Once I gave up Pepsi and fast food, he stopped having them as well. He said it was because he felt bad having them around me. Then he started losing a little weight because he wasn't taking in nearly as many calories and he liked that. Now he's on board, we shop and cook together, go out walking around town, make goals, etc... He's even eating fruits and veggies for the first time since I met him.
...I guess this just turned into my story. As far as advice, be strong on your journey and hope he picks up the good habits. Anyone who is/has been overweight knows we won't start losing until we're ready.
I don't think you can do anything except hope that he decides to do it for himself. Think about it: if the roles were reversed and you were the one eating crap and not exercising, would it help to have him pressuring you about exercise and eating? Probably not. This is something that everyone has to figure out for themselves.
In fact, I think it's a good way to permanently damage or end your relationship. I did not tolerate comments about my weight or exercise (or lack thereof ) when I was overweight and I don't tolerate them now. Either accept me the way that I am or we're over. And I show my SO the same respect. Sure, I wish he'd exercise more and it might be nice not to have all his junk food in the house, but it's not my place to say anything about it.

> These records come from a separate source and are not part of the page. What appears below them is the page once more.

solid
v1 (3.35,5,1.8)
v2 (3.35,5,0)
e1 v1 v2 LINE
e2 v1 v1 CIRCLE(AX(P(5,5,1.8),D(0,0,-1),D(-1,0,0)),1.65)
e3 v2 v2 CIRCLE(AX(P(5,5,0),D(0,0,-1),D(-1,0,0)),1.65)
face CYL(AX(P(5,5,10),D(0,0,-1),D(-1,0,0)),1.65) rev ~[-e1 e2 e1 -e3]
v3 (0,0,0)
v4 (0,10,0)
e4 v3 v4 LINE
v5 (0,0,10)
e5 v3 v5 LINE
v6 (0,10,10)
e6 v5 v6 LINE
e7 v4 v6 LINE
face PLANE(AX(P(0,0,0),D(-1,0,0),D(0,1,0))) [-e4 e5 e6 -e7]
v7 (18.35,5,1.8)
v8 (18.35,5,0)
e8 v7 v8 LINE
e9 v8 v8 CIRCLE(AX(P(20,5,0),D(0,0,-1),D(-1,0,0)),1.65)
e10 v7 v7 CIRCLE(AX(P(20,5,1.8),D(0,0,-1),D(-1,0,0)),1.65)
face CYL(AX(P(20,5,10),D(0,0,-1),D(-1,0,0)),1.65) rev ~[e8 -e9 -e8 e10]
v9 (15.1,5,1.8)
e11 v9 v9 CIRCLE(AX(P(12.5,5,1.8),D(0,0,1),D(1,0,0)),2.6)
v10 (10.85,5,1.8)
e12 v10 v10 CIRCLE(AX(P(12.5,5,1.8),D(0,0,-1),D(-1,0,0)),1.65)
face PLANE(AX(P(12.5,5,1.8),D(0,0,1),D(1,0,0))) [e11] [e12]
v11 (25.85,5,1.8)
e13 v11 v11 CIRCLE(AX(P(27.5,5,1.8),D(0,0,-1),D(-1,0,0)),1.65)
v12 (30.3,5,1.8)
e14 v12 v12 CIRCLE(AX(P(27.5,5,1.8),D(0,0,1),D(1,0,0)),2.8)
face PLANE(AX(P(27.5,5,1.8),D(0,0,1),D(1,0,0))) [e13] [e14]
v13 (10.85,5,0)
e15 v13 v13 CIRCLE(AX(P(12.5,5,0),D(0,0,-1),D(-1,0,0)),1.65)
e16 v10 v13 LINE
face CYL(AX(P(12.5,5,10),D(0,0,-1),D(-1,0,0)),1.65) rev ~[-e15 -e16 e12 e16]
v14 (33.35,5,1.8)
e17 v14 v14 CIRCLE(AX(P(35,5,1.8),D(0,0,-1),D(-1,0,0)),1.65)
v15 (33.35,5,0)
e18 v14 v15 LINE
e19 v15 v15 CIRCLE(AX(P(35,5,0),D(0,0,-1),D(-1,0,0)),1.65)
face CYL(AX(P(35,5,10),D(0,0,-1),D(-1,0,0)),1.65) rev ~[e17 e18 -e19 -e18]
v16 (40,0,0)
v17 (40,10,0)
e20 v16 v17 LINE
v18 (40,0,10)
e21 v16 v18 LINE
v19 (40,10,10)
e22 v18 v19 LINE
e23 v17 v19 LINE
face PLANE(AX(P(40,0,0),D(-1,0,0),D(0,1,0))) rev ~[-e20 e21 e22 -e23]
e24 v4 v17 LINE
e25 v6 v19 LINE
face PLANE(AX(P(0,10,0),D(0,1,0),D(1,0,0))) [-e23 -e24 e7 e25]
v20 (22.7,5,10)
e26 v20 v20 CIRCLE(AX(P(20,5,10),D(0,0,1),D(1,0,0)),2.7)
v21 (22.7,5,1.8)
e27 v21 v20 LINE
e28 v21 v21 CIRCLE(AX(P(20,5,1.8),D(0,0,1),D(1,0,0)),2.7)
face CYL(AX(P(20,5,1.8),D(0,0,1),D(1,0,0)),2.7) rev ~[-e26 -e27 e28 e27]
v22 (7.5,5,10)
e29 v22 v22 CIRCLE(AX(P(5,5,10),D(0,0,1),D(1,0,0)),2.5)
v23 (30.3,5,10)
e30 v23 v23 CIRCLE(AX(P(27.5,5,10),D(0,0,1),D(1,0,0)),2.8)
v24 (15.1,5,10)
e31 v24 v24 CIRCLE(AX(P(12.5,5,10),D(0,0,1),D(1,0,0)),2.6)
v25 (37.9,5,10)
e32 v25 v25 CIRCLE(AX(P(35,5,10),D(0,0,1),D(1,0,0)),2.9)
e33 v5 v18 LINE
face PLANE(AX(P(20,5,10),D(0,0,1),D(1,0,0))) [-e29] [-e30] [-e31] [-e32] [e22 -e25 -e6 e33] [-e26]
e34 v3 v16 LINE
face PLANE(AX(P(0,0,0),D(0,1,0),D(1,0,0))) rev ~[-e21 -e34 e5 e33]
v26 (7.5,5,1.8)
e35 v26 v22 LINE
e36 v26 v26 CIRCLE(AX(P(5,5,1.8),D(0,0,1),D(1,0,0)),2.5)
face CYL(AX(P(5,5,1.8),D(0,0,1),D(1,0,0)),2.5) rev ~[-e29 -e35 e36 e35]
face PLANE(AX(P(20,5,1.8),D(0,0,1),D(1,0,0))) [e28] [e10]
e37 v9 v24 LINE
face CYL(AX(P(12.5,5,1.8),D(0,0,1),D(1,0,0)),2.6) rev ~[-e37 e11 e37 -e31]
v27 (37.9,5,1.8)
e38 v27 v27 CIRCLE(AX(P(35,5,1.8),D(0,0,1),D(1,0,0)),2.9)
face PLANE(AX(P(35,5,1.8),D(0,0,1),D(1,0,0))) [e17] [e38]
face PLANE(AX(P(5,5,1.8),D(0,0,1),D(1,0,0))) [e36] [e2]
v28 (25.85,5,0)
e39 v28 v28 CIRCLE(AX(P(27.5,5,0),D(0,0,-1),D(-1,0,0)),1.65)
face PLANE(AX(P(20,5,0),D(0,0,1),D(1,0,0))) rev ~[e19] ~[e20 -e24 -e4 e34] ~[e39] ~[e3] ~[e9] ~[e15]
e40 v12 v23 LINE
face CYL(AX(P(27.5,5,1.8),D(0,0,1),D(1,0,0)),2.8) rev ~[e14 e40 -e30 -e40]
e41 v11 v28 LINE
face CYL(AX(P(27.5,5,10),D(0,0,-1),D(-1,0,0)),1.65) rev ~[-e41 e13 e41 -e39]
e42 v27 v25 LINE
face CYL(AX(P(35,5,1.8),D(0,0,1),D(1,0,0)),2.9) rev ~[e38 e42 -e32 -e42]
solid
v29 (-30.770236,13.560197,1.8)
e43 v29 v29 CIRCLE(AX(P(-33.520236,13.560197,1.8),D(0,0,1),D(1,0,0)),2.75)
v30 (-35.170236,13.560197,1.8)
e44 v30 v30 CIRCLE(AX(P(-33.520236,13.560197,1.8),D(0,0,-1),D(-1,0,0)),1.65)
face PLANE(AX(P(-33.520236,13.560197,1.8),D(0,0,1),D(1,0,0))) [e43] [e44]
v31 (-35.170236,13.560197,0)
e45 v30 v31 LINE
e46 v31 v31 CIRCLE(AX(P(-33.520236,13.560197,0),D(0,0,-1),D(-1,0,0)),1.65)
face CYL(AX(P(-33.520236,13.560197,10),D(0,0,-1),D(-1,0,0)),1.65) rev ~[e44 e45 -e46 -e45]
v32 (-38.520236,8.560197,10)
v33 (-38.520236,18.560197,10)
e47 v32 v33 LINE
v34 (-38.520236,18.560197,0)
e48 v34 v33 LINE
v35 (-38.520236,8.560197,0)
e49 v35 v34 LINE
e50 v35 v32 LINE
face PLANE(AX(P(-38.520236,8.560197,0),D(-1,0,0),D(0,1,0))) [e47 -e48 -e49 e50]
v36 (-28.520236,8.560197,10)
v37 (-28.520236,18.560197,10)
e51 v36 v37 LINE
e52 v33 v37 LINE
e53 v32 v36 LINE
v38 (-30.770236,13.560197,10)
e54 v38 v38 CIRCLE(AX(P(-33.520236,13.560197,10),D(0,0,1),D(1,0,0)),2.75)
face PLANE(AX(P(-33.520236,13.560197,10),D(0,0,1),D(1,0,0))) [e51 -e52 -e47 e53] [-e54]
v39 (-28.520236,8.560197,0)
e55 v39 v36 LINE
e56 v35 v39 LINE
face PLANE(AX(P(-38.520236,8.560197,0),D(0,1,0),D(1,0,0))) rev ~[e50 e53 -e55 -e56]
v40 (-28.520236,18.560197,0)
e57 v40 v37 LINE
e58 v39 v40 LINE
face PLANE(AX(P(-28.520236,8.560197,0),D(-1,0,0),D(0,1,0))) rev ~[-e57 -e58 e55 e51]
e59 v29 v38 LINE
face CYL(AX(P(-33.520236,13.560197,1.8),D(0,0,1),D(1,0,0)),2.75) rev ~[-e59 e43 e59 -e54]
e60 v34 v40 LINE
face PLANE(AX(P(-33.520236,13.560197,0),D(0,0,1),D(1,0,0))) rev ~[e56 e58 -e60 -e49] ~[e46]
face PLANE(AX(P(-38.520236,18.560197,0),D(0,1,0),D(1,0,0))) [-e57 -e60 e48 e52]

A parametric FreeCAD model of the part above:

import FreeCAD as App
import Part
import Sketcher

doc = App.newDocument("Part")
body = doc.addObject("PartDesign::Body", "Body")

# Sketch on XY plane
sketch1 = body.newObject("Sketcher::SketchObject", "Sketch")
sketch1.AttachmentSupport = (doc.getObject("XY_Plane"), [""])
sketch1.MapMode = "FlatFace"
sketch1.addGeometry([
    Part.LineSegment(App.Vector(0, 10, 0), App.Vector(0, 0, 0)),
    Part.LineSegment(App.Vector(0, 0, 0), App.Vector(40, 0, 0)),
    Part.LineSegment(App.Vector(40, 0, 0), App.Vector(40, 10, 0)),
    Part.LineSegment(App.Vector(40, 10, 0), App.Vector(0, 10, 0)),
], False)
sketch1.addConstraint([
    Sketcher.Constraint("Coincident", 0, 2, 1, 1),
    Sketcher.Constraint("Coincident", 1, 2, 2, 1),
    Sketcher.Constraint("Coincident", 2, 2, 3, 1),
    Sketcher.Constraint("Coincident", 3, 2, 0, 1),
    Sketcher.Constraint("Vertical", 0),
    Sketcher.Constraint("Horizontal", 1),
    Sketcher.Constraint("Vertical", 2),
    Sketcher.Constraint("Horizontal", 3),
    Sketcher.Constraint("Coincident", 0, 2, -1, 1),
    Sketcher.Constraint("DistanceX", 1, 1, 1, 2, 40.0),
    Sketcher.Constraint("DistanceY", 0, 2, 0, 1, 10.0),
])
pad1 = body.newObject("PartDesign::Pad", "Pad")
pad1.Profile = sketch1
pad1.Length = 10

# Sketch on XY plane
sketch2 = body.newObject("Sketcher::SketchObject", "Sketch001")
sketch2.AttachmentSupport = (doc.getObject("XY_Plane"), [""])
sketch2.MapMode = "FlatFace"
sketch2.AttachmentOffset = App.Placement(App.Vector(0, 0, 10), App.Rotation())
sketch2.addGeometry(Part.Circle(App.Vector(5, 5, 0), App.Vector(0, 0, 1), 1.6), False)
sketch2.addConstraint([
    Sketcher.Constraint("Diameter", 0, 3.3),
    Sketcher.Constraint("DistanceX", -1, 1, 0, 3, 5.0),
    Sketcher.Constraint("DistanceY", -1, 1, 0, 3, 5.0),
])
doc.recompute()
hole = body.newObject("PartDesign::Hole", "Hole")
hole.Profile = sketch2
hole.ThreadType = "None"
hole.Diameter = 3.3
hole.DepthType = "ThroughAll"
hole.HoleCutType = "Counterbore"
hole.HoleCutDiameter = 5
hole.HoleCutDepth = 8.2

# Sketch on XY plane
sketch3 = body.newObject("Sketcher::SketchObject", "Sketch002")
sketch3.AttachmentSupport = (doc.getObject("XY_Plane"), [""])
sketch3.MapMode = "FlatFace"
sketch3.AttachmentOffset = App.Placement(App.Vector(0, 0, 10), App.Rotation())
sketch3.addGeometry(Part.Circle(App.Vector(12.5, 5, 0), App.Vector(0, 0, 1), 1.6), False)
sketch3.addConstraint([
    Sketcher.Constraint("Diameter", 0, 3.3),
    Sketcher.Constraint("DistanceY", -1, 1, 0, 3, 5.0),
    Sketcher.Constraint("DistanceX", -1, 1, 0, 3, 12.5),
])
doc.recompute()
hole2 = body.newObject("PartDesign::Hole", "Hole001")
hole2.Profile = sketch3
hole2.ThreadType = "None"
hole2.Diameter = 3.3
hole2.DepthType = "ThroughAll"
hole2.HoleCutType = "Counterbore"
hole2.HoleCutDiameter = 5.2
hole2.HoleCutDepth = 8.2

# Sketch on XY plane
sketch4 = body.newObject("Sketcher::SketchObject", "Sketch003")
sketch4.AttachmentSupport = (doc.getObject("XY_Plane"), [""])
sketch4.MapMode = "FlatFace"
sketch4.AttachmentOffset = App.Placement(App.Vector(0, 0, 10), App.Rotation())
sketch4.addGeometry(Part.Circle(App.Vector(20, 5, 0), App.Vector(0, 0, 1), 1.6), False)
sketch4.addConstraint([
    Sketcher.Constraint("Diameter", 0, 3.3),
    Sketcher.Constraint("DistanceX", -1, 1, 0, 3, 20.0),
    Sketcher.Constraint("DistanceY", -1, 1, 0, 3, 5.0),
])
doc.recompute()
hole3 = body.newObject("PartDesign::Hole", "Hole002")
hole3.Profile = sketch4
hole3.ThreadType = "None"
hole3.Diameter = 3.3
hole3.DepthType = "ThroughAll"
hole3.HoleCutType = "Counterbore"
hole3.HoleCutDiameter = 5.4
hole3.HoleCutDepth = 8.2

# Sketch on XY plane
sketch5 = body.newObject("Sketcher::SketchObject", "Sketch004")
sketch5.AttachmentSupport = (doc.getObject("XY_Plane"), [""])
sketch5.MapMode = "FlatFace"
sketch5.AttachmentOffset = App.Placement(App.Vector(0, 0, 10), App.Rotation())
sketch5.addGeometry(Part.Circle(App.Vector(27.5, 5, 0), App.Vector(0, 0, 1), 1.6), False)
sketch5.addConstraint([
    Sketcher.Constraint("Diameter", 0, 3.3),
    Sketcher.Constraint("DistanceY", -1, 1, 0, 3, 5.0),
    Sketcher.Constraint("DistanceX", -1, 1, 0, 3, 27.5),
])
doc.recompute()
hole4 = body.newObject("PartDesign::Hole", "Hole003")
hole4.Profile = sketch5
hole4.ThreadType = "None"
hole4.Diameter = 3.3
hole4.DepthType = "ThroughAll"
hole4.HoleCutType = "Counterbore"
hole4.HoleCutDiameter = 5.6
hole4.HoleCutDepth = 8.2

# Sketch on XY plane
sketch6 = body.newObject("Sketcher::SketchObject", "Sketch005")
sketch6.AttachmentSupport = (doc.getObject("XY_Plane"), [""])
sketch6.MapMode = "FlatFace"
sketch6.AttachmentOffset = App.Placement(App.Vector(0, 0, 10), App.Rotation())
sketch6.addGeometry(Part.Circle(App.Vector(35, 5, 0), App.Vector(0, 0, 1), 1.6), False)
sketch6.addConstraint([
    Sketcher.Constraint("Diameter", 0, 3.3),
    Sketcher.Constraint("DistanceX", -1, 1, 0, 3, 35.0),
    Sketcher.Constraint("DistanceY", -1, 1, 0, 3, 5.0),
])
doc.recompute()
hole5 = body.newObject("PartDesign::Hole", "Hole004")
hole5.Profile = sketch6
hole5.ThreadType = "None"
hole5.Diameter = 3.3
hole5.DepthType = "ThroughAll"
hole5.HoleCutType = "Counterbore"
hole5.HoleCutDiameter = 5.8
hole5.HoleCutDepth = 8.2
body2 = doc.addObject("PartDesign::Body", "Body001")

# Sketch on XY plane
sketch7 = body2.newObject("Sketcher::SketchObject", "Sketch006")
sketch7.AttachmentSupport = (doc.getObject("XY_Plane001"), [""])
sketch7.MapMode = "FlatFace"
sketch7.addGeometry([
    Part.LineSegment(App.Vector(-39, 19, 0), App.Vector(-39, 9, 0)),
    Part.LineSegment(App.Vector(-39, 9, 0), App.Vector(-29, 9, 0)),
    Part.LineSegment(App.Vector(-29, 9, 0), App.Vector(-29, 19, 0)),
    Part.LineSegment(App.Vector(-29, 19, 0), App.Vector(-39, 19, 0)),
], False)
sketch7.addConstraint([
    Sketcher.Constraint("Coincident", 0, 2, 1, 1),
    Sketcher.Constraint("Coincident", 1, 2, 2, 1),
    Sketcher.Constraint("Coincident", 2, 2, 3, 1),
    Sketcher.Constraint("Coincident", 3, 2, 0, 1),
    Sketcher.Constraint("Vertical", 0),
    Sketcher.Constraint("Horizontal", 1),
    Sketcher.Constraint("Vertical", 2),
    Sketcher.Constraint("Horizontal", 3),
    Sketcher.Constraint("Equal", 3, 0),
    Sketcher.Constraint("DistanceX", 1, 1, 1, 2, 10.0),
    Sketcher.Constraint("DistanceX", 0, 2, -1, 1, 38.520236),
    Sketcher.Constraint("DistanceY", -1, 1, 0, 2, 8.560197),
])
pad2 = body2.newObject("PartDesign::Pad", "Pad001")
pad2.Profile = sketch7
pad2.Length = 10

I had a manager once whose wife forced him to eat healthy foods at home, so he just ate all his crap at work. If you don't let your boyfriend have the foods that he wants or you make him feel guilty about eating those foods, you're just going to force him to start eating those foods secretly. That's not healthy for him and it can lead to an eating disorder.
Instead of coming right out and saying 'Hey, you should exercise, your pants will fit better.", try getting him to join in with you more often. Tell him it helps when he does it with you, pushes you farther, keeps you motivated, etc. etc. But if he is not ready, you can't force it. Everyone figures it out in their own time. If this isn't his, that is okay.
It all depends on how your guy's brain works. Everyone is different. A couple things you can try:
Tell him his *** or legs look really good and ask him if he's been working out and not telling you. Then say you should work out together because you like to see him all hot and sweaty.
Tell him you want to try biking/rowing/boxing (something you haven't done before) and that you are afraid to do it alone. Ask if him if he'll try it with you.